# [Aim of the task]
Please give back only the lines below from the one containing "v 21.738 7.505 28" to the one containing "v 122 10 28", each repeated word for word, both ends included.
────────────────
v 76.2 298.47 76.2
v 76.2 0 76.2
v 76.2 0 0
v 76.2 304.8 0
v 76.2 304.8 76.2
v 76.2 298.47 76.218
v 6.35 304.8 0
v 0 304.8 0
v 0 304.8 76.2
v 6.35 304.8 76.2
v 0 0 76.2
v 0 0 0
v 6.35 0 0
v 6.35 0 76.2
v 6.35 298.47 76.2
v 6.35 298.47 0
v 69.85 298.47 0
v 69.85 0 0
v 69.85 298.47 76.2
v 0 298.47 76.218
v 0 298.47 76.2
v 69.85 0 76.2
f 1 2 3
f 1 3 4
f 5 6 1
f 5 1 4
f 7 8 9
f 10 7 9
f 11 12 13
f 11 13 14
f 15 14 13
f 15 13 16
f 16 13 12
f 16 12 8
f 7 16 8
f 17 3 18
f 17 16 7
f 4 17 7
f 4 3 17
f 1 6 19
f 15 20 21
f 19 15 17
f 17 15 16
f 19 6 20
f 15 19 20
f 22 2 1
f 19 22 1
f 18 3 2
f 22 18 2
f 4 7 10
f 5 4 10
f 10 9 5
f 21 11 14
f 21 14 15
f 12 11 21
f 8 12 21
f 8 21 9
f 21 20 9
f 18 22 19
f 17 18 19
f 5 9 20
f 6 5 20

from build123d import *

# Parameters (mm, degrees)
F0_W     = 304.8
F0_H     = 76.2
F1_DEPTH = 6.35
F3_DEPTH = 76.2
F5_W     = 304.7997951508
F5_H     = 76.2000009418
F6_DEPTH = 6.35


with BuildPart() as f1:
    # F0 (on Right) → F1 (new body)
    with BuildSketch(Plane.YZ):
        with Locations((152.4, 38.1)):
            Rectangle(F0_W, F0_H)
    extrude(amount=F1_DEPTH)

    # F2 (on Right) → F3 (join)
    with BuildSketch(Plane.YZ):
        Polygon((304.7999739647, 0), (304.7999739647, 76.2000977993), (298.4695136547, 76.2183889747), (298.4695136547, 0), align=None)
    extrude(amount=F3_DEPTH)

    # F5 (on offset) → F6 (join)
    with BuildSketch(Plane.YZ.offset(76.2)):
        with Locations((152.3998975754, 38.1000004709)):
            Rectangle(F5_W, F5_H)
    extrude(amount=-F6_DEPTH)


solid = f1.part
────────────────
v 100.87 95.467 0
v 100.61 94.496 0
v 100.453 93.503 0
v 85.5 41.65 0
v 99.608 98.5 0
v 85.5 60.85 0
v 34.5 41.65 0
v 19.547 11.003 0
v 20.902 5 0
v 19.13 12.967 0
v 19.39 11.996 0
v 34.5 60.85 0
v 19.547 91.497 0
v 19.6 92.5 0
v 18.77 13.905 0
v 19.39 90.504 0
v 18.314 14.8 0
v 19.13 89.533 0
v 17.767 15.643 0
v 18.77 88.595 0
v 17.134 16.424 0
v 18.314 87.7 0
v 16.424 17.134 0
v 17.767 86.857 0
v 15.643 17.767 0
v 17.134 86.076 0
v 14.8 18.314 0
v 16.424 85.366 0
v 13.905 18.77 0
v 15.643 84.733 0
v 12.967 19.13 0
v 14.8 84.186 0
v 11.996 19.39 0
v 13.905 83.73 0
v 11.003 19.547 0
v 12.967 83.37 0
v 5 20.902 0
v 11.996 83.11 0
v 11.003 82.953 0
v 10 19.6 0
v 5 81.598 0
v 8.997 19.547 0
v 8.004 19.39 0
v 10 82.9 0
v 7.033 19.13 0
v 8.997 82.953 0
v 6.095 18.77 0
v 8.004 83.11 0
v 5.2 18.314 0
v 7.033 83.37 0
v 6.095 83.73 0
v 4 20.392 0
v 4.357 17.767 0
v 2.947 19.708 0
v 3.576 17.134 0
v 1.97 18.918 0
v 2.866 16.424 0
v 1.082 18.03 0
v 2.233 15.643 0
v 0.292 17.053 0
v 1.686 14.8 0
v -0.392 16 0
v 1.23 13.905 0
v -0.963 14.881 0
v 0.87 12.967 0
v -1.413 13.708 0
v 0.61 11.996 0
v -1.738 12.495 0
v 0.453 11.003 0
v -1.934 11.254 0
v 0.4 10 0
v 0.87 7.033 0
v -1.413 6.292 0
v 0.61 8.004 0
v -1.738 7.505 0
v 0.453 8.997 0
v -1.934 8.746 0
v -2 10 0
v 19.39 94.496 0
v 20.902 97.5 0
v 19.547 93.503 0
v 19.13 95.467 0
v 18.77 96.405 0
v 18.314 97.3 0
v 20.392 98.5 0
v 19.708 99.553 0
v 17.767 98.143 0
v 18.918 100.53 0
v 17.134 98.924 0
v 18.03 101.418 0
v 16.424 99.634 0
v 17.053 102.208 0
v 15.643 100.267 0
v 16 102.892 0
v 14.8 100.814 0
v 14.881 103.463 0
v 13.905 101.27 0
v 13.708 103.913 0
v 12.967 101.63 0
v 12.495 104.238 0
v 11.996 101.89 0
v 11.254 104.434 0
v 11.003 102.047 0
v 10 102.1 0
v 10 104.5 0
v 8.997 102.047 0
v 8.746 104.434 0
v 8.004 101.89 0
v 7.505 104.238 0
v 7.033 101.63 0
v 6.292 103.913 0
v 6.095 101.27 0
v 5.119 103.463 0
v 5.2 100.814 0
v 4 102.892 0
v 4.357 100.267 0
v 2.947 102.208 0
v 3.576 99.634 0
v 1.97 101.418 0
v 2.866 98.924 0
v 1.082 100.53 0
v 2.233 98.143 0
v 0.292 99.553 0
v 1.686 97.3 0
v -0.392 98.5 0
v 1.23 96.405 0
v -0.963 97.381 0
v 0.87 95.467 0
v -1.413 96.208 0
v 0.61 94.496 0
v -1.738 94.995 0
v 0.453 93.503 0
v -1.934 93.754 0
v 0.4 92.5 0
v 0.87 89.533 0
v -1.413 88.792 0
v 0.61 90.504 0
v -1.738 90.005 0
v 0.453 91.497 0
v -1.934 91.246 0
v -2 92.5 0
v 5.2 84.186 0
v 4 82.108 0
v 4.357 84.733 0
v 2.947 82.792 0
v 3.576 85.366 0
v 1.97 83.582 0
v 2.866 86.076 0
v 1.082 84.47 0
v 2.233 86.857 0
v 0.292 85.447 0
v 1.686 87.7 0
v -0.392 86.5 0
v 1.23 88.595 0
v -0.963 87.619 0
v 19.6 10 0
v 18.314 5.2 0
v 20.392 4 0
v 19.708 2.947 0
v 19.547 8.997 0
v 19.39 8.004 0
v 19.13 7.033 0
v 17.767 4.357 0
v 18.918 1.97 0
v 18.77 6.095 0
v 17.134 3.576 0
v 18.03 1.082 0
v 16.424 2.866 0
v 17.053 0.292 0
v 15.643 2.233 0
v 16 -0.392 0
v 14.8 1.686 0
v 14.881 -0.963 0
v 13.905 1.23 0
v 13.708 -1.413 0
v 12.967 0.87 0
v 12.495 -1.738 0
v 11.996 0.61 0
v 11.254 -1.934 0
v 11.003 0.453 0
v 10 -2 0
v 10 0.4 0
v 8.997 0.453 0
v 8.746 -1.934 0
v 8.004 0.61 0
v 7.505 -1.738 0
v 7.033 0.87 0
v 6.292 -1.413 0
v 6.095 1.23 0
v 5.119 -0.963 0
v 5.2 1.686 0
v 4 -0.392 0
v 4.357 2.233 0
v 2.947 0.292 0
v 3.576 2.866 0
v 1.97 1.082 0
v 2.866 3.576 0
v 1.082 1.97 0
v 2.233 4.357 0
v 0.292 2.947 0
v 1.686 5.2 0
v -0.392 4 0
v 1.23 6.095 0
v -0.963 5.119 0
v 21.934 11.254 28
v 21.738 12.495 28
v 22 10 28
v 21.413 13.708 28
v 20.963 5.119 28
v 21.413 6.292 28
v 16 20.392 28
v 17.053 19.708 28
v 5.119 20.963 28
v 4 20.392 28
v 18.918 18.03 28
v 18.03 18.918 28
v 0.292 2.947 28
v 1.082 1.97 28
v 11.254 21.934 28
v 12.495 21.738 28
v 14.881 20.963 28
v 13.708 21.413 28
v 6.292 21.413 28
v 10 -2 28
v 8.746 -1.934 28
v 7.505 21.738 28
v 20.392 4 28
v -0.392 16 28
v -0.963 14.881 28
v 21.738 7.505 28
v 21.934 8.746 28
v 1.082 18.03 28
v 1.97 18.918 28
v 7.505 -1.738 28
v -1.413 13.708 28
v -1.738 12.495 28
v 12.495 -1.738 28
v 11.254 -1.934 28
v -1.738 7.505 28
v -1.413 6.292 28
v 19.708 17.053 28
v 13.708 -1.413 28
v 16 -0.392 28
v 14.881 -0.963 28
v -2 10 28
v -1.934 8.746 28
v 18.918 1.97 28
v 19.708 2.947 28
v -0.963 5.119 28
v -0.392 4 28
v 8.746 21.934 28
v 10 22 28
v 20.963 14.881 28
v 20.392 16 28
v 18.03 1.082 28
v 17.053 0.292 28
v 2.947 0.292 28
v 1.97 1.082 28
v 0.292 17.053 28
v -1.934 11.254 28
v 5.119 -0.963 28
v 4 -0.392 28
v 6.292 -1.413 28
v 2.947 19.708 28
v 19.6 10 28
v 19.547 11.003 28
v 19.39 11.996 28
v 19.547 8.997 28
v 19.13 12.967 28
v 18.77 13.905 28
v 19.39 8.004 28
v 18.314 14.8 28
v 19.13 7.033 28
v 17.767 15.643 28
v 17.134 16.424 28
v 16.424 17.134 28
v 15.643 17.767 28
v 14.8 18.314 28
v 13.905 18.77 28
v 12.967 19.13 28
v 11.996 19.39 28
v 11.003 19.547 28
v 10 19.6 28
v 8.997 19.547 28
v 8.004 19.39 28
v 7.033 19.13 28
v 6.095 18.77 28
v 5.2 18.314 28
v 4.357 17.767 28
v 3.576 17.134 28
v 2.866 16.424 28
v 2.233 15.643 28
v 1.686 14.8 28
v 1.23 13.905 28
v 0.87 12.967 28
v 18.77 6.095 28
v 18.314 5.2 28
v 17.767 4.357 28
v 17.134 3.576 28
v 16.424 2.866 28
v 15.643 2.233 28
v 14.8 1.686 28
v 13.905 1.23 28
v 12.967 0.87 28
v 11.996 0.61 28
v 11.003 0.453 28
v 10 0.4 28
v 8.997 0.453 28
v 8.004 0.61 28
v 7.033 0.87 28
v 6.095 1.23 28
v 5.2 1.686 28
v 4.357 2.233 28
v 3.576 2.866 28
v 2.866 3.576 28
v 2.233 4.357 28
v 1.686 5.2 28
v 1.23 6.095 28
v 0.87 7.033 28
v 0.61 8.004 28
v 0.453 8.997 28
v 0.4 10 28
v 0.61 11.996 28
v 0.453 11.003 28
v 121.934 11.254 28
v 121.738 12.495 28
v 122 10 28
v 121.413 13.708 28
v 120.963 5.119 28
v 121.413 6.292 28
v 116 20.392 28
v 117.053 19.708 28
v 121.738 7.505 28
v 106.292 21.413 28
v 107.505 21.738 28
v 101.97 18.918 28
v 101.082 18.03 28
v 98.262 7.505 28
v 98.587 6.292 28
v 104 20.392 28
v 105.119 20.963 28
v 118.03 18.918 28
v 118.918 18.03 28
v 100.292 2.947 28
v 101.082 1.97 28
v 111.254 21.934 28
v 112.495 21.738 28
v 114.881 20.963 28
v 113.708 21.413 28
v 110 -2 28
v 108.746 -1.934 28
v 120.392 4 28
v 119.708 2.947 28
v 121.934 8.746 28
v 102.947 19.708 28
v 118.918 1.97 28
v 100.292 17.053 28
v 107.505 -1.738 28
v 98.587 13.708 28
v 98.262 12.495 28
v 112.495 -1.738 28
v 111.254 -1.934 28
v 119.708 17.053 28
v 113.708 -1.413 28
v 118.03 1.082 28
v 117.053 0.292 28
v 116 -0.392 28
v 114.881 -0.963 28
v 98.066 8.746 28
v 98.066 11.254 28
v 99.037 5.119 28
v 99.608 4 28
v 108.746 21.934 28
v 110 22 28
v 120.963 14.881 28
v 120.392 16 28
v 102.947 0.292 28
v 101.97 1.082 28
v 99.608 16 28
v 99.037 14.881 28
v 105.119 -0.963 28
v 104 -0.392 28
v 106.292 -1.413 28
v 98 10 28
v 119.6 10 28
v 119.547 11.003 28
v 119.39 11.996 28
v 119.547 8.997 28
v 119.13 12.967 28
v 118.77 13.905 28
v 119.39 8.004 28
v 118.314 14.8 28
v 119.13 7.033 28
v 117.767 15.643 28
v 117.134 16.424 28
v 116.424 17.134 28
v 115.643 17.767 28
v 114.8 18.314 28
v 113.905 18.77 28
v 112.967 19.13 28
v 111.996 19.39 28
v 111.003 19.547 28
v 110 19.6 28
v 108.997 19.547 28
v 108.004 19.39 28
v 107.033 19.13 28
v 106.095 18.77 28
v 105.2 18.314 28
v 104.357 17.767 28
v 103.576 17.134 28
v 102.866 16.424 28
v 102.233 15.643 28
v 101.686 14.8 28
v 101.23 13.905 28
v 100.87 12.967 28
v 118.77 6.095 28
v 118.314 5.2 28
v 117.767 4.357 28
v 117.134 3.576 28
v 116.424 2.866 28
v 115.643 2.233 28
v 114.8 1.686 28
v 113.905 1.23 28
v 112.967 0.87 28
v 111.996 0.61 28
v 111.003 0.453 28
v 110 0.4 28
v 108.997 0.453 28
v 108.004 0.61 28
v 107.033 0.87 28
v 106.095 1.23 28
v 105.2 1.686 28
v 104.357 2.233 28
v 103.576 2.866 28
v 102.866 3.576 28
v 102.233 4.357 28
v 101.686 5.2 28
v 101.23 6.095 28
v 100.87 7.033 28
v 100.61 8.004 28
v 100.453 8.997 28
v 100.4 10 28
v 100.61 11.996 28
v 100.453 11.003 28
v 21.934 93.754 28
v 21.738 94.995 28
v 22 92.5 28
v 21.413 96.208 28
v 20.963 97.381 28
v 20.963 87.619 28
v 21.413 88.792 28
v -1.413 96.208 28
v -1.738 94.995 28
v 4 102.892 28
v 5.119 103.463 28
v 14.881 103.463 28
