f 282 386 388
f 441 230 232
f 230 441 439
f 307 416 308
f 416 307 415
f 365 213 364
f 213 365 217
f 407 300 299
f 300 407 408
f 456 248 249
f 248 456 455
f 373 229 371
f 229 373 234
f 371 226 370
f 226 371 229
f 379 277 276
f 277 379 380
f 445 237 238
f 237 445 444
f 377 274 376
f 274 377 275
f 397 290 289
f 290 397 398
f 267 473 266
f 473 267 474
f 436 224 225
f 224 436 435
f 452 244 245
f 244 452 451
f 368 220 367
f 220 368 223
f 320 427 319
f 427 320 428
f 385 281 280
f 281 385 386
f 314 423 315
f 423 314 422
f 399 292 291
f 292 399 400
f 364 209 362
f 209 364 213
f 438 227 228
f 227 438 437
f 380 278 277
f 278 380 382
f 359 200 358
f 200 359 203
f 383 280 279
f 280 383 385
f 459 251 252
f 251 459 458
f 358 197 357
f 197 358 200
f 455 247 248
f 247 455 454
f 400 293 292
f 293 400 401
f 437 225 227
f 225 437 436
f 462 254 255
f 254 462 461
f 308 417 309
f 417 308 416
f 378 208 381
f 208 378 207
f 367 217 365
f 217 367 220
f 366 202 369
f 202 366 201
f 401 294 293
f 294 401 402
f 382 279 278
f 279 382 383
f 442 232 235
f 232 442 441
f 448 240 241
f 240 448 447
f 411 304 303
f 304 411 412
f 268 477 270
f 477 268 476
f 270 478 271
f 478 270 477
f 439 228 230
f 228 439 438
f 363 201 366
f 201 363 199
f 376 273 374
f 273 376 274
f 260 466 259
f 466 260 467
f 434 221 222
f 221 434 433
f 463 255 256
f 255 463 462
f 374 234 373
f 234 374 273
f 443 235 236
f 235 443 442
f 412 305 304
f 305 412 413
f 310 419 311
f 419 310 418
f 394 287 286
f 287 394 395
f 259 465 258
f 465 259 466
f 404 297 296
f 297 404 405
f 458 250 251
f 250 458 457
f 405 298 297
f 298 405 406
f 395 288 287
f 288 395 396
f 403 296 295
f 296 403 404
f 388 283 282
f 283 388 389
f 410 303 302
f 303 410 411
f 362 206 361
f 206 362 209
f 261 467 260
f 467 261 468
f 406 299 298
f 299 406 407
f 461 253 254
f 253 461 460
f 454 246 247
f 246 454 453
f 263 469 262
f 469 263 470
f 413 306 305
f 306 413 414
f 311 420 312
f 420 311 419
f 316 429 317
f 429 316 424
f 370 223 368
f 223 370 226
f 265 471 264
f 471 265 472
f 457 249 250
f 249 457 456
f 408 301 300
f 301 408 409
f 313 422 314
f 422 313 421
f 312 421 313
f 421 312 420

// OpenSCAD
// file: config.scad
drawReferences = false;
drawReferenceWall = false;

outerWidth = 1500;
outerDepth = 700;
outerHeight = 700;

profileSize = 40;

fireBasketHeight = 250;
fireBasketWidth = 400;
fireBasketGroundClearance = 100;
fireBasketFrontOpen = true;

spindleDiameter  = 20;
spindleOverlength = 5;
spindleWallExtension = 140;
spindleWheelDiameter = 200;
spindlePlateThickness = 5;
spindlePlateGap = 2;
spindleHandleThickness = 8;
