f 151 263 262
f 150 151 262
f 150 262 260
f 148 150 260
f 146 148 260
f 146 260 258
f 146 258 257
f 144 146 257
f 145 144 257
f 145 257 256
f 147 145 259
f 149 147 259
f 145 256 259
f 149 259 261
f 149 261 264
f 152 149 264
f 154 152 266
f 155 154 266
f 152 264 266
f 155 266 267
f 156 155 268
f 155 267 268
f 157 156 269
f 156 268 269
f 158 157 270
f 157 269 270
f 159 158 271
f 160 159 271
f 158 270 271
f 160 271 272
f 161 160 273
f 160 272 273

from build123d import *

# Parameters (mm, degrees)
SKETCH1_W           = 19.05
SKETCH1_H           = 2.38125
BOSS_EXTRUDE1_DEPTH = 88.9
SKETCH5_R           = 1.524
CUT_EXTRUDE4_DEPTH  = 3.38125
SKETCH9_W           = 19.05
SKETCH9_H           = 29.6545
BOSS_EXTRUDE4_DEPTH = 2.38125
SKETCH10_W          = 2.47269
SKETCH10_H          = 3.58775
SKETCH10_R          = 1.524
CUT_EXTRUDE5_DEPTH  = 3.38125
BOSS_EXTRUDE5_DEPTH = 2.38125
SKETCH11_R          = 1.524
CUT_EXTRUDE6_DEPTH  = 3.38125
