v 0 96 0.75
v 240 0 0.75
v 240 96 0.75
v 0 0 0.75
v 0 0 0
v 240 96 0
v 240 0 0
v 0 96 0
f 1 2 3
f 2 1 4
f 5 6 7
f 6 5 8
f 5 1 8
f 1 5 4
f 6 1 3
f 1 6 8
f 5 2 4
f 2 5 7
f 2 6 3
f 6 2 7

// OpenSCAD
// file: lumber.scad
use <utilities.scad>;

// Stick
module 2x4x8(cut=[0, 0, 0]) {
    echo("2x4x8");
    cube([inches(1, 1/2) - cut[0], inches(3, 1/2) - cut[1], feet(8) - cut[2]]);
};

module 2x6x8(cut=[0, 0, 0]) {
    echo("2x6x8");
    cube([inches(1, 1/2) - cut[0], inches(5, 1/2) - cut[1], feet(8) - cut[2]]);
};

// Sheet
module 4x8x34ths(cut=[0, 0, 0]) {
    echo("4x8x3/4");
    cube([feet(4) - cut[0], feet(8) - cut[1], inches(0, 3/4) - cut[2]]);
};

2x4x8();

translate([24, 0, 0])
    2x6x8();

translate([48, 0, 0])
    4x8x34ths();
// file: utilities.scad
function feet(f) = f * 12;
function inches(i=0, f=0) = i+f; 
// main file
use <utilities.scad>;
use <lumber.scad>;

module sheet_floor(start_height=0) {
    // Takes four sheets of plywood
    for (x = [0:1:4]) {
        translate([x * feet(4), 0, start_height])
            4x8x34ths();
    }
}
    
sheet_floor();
────────────────
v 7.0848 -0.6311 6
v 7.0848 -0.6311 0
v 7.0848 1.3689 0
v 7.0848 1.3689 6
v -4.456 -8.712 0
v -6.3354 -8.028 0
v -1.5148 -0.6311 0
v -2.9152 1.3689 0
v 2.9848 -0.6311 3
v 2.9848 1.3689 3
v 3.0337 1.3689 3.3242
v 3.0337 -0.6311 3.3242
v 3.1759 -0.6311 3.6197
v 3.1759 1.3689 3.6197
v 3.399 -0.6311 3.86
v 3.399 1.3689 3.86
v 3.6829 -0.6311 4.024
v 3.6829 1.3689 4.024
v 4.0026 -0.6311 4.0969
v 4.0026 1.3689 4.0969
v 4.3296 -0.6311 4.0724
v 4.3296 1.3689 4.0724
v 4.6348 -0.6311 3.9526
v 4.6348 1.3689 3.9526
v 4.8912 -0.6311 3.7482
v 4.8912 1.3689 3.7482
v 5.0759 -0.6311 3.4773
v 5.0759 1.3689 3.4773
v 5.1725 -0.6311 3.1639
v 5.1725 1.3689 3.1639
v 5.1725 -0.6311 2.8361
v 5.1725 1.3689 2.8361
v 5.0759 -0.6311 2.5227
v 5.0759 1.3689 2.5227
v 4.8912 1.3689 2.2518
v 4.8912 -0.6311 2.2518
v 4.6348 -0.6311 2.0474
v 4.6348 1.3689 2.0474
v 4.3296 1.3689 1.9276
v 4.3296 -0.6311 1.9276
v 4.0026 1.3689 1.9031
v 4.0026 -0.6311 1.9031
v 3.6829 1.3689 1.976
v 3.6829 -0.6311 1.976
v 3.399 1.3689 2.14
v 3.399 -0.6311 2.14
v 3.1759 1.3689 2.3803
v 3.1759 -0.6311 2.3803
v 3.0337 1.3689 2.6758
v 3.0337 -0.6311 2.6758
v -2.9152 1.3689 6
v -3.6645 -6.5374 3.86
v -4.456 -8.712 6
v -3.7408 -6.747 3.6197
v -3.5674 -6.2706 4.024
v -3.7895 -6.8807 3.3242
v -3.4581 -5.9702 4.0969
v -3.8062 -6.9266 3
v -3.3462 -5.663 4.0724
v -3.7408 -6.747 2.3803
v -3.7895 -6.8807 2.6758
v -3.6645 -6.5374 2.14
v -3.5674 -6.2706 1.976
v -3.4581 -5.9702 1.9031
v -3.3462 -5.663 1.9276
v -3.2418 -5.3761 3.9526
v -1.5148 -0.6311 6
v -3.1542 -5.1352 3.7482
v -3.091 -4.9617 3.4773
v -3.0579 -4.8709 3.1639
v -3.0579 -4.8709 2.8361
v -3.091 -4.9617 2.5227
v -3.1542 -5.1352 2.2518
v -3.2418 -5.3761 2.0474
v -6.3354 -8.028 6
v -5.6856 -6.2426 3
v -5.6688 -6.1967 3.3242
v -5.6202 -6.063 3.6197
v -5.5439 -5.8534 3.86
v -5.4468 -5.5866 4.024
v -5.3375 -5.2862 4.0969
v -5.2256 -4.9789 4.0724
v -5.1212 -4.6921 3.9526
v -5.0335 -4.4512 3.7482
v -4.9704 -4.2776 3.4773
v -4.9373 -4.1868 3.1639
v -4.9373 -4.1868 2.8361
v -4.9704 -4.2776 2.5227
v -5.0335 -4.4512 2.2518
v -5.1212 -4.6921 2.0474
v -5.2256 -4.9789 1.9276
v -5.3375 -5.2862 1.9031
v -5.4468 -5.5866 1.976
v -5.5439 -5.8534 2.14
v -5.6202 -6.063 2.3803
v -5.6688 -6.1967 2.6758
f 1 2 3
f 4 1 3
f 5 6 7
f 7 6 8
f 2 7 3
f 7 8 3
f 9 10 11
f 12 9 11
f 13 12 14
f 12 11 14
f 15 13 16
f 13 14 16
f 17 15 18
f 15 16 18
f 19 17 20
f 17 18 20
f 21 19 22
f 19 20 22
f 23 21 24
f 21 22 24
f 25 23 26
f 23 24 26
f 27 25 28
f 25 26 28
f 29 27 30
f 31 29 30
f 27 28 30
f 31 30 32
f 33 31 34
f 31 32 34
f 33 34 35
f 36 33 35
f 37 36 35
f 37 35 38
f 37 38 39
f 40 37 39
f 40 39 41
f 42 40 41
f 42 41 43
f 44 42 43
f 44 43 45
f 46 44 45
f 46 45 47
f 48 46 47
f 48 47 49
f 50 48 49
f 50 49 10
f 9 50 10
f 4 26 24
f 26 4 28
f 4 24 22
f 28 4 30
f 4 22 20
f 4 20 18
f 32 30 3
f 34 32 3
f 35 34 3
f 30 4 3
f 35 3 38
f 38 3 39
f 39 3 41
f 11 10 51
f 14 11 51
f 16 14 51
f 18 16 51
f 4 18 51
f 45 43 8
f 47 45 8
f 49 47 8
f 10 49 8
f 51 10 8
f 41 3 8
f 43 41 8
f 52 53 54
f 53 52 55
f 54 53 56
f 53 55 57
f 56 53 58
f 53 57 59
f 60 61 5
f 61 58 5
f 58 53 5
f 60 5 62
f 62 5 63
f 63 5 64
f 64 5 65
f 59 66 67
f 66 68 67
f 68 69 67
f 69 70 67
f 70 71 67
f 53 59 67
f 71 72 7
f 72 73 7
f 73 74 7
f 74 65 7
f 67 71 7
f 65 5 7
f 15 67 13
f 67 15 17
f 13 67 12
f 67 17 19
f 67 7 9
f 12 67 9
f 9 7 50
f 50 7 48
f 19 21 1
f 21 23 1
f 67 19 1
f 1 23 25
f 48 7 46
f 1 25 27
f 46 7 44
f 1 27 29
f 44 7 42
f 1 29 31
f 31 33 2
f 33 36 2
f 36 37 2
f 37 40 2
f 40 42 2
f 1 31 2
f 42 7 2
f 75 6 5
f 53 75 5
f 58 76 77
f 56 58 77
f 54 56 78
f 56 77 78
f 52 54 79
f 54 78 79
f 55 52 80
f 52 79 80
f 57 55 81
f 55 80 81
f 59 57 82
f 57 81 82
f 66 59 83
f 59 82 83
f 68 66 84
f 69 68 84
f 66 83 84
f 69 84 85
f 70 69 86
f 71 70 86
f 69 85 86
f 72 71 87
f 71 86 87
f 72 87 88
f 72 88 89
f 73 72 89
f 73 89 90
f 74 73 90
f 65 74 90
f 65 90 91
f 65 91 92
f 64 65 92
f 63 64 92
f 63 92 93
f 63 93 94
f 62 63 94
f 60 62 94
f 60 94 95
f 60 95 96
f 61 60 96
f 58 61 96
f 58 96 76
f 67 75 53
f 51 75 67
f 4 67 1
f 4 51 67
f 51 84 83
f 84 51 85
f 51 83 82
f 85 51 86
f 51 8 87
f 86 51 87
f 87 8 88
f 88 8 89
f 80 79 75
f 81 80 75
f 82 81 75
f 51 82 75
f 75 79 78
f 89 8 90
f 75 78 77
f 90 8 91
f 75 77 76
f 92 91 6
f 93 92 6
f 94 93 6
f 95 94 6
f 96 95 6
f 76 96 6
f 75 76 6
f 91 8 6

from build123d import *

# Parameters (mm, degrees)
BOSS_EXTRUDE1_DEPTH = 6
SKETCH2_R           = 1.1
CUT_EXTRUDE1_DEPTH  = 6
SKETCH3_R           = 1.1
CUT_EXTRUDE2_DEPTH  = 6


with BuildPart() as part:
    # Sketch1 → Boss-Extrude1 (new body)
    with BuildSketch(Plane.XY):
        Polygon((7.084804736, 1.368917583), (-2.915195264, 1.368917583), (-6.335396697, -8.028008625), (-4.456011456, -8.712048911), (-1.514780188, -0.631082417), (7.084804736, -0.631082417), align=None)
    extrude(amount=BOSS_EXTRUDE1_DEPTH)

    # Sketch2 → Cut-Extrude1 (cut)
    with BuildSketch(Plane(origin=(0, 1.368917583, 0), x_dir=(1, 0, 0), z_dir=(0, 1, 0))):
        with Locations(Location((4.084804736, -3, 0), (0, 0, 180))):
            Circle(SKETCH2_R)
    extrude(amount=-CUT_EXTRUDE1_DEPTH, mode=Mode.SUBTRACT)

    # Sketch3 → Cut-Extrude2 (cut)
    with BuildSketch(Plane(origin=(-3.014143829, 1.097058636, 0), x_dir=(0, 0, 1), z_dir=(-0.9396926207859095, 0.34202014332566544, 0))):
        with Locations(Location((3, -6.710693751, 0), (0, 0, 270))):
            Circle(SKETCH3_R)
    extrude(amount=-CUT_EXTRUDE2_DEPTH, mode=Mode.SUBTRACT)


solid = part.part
────────────────
# [Solution to the exercise]
v 21.738 7.505 28
v 21.934 8.746 28
v 1.082 18.03 28
v 1.97 18.918 28
v 7.505 -1.738 28
v -1.413 13.708 28
v -1.738 12.495 28
v 12.495 -1.738 28
v 11.254 -1.934 28
v -1.738 7.505 28
v -1.413 6.292 28
v 19.708 17.053 28
v 13.708 -1.413 28
v 16 -0.392 28
v 14.881 -0.963 28
v -2 10 28
v -1.934 8.746 28
v 18.918 1.97 28
v 19.708 2.947 28
v -0.963 5.119 28
v -0.392 4 28
v 8.746 21.934 28
v 10 22 28
v 20.963 14.881 28
v 20.392 16 28
v 18.03 1.082 28
v 17.053 0.292 28
v 2.947 0.292 28
v 1.97 1.082 28
v 0.292 17.053 28
v -1.934 11.254 28
v 5.119 -0.963 28
v 4 -0.392 28
v 6.292 -1.413 28
v 2.947 19.708 28
v 19.6 10 28
v 19.547 11.003 28
v 19.39 11.996 28
v 19.547 8.997 28
v 19.13 12.967 28
v 18.77 13.905 28
v 19.39 8.004 28
v 18.314 14.8 28
v 19.13 7.033 28
v 17.767 15.643 28
v 17.134 16.424 28
v 16.424 17.134 28
v 15.643 17.767 28
v 14.8 18.314 28
v 13.905 18.77 28
v 12.967 19.13 28
v 11.996 19.39 28
v 11.003 19.547 28
v 10 19.6 28
v 8.997 19.547 28
v 8.004 19.39 28
v 7.033 19.13 28
v 6.095 18.77 28
v 5.2 18.314 28
v 4.357 17.767 28
v 3.576 17.134 28
v 2.866 16.424 28
v 2.233 15.643 28
v 1.686 14.8 28
v 1.23 13.905 28
v 0.87 12.967 28
v 18.77 6.095 28
v 18.314 5.2 28
v 17.767 4.357 28
v 17.134 3.576 28
v 16.424 2.866 28
v 15.643 2.233 28
v 14.8 1.686 28
v 13.905 1.23 28
v 12.967 0.87 28
v 11.996 0.61 28
v 11.003 0.453 28
v 10 0.4 28
v 8.997 0.453 28
v 8.004 0.61 28
v 7.033 0.87 28
v 6.095 1.23 28
v 5.2 1.686 28
v 4.357 2.233 28
v 3.576 2.866 28
v 2.866 3.576 28
v 2.233 4.357 28
v 1.686 5.2 28
v 1.23 6.095 28
v 0.87 7.033 28
v 0.61 8.004 28
v 0.453 8.997 28
v 0.4 10 28
v 0.61 11.996 28
v 0.453 11.003 28
v 121.934 11.254 28
v 121.738 12.495 28
v 122 10 28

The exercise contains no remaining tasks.